Saved entries:

══════════

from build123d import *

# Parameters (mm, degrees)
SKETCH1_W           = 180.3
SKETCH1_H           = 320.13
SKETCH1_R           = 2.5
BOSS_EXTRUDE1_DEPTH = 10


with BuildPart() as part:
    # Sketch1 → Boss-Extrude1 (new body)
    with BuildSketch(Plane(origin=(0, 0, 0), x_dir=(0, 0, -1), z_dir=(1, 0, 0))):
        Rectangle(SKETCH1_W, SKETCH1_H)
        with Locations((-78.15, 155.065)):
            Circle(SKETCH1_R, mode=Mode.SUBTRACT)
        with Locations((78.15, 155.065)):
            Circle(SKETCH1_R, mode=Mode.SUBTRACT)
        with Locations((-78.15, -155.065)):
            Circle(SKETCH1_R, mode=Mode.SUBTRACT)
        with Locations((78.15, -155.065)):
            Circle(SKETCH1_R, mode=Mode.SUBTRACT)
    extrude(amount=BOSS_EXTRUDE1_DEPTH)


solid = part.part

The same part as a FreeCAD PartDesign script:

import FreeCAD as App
import Part
import Sketcher

V = App.Vector


def add_polygon(sketch, points):
    """Adds a closed chain of lines whose ends are joined by coincident constraints."""
    first, n = sketch.GeometryCount, len(points)
    for a, b in zip(points, points[1:] + points[:1]):
        sketch.addGeometry(Part.LineSegment(App.Vector(*a, 0), App.Vector(*b, 0)), False)
    for i in range(n):
        sketch.addConstraint(Sketcher.Constraint("Coincident", first + i, 2, first + (i + 1) % n, 1))

doc = App.newDocument("Part")
body = doc.addObject("PartDesign::Body", "Body")

sketch1 = body.newObject("Sketcher::SketchObject", "Sketch")
sketch1.AttachmentSupport = (doc.getObject("YZ_Plane"), [""])
sketch1.MapMode = "FlatFace"
add_polygon(sketch1, [(160.065, 90.15), (-160.065, 90.15), (-160.065, -90.15), (160.065, -90.15)])
sketch1.addGeometry(Part.Circle(V(-155.065, 78.15, 0), V(0, 0, 1), 2.5), False)
sketch1.addGeometry(Part.Circle(V(-155.065, -78.15, 0), V(0, 0, 1), 2.5), False)
sketch1.addGeometry(Part.Circle(V(155.065, 78.15, 0), V(0, 0, 1), 2.5), False)
sketch1.addGeometry(Part.Circle(V(155.065, -78.15, 0), V(0, 0, 1), 2.5), False)
sketch1.addConstraint([
    Sketcher.Constraint("Horizontal", 0),
    Sketcher.Constraint("Vertical", 1),
    Sketcher.Constraint("Horizontal", 2),
    Sketcher.Constraint("Vertical", 3),
    Sketcher.Constraint("Equal", 4, 5),
    Sketcher.Constraint("Equal", 5, 6),
    Sketcher.Constraint("Equal", 6, 7),
    Sketcher.Constraint("Symmetric", 5, 3, 6, 3, -1, 1),
    Sketcher.Constraint("Symmetric", 4, 3, 7, 3, -1, 1),
    Sketcher.Constraint("Symmetric", 0, 2, 2, 2, -1, 1),
    Sketcher.Constraint("Symmetric", 4, 3, 6, 3, -2),
    Sketcher.Constraint("Diameter", 4, 5.0),
    Sketcher.Constraint("DistanceY", 1, 2, 1, 1, 180.3),
    Sketcher.Constraint("DistanceX", 0, 2, 4, 3, 5.0),
    Sketcher.Constraint("DistanceY", 4, 3, 0, 2, 12.0),
    Sketcher.Constraint("DistanceX", 0, 2, 0, 1, 320.13),
])
pad1 = body.newObject("PartDesign::Pad", "Pad")
pad1.Profile = sketch1
pad1.Length = 10

doc.recompute()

══════════

Reproduce exactly the section above that begins at the line containing "# Parameters (mm, degrees)" and ends at the line containing "The same part", leaving out all other lines.

# Parameters (mm, degrees)
SKETCH1_W           = 180.3
SKETCH1_H           = 320.13
SKETCH1_R           = 2.5
BOSS_EXTRUDE1_DEPTH = 10


with BuildPart() as part:
    # Sketch1 → Boss-Extrude1 (new body)
    with BuildSketch(Plane(origin=(0, 0, 0), x_dir=(0, 0, -1), z_dir=(1, 0, 0))):
        Rectangle(SKETCH1_W, SKETCH1_H)
        with Locations((-78.15, 155.065)):
            Circle(SKETCH1_R, mode=Mode.SUBTRACT)
        with Locations((78.15, 155.065)):
            Circle(SKETCH1_R, mode=Mode.SUBTRACT)
        with Locations((-78.15, -155.065)):
            Circle(SKETCH1_R, mode=Mode.SUBTRACT)
        with Locations((78.15, -155.065)):
            Circle(SKETCH1_R, mode=Mode.SUBTRACT)
    extrude(amount=BOSS_EXTRUDE1_DEPTH)


solid = part.part

The same part as a FreeCAD PartDesign script:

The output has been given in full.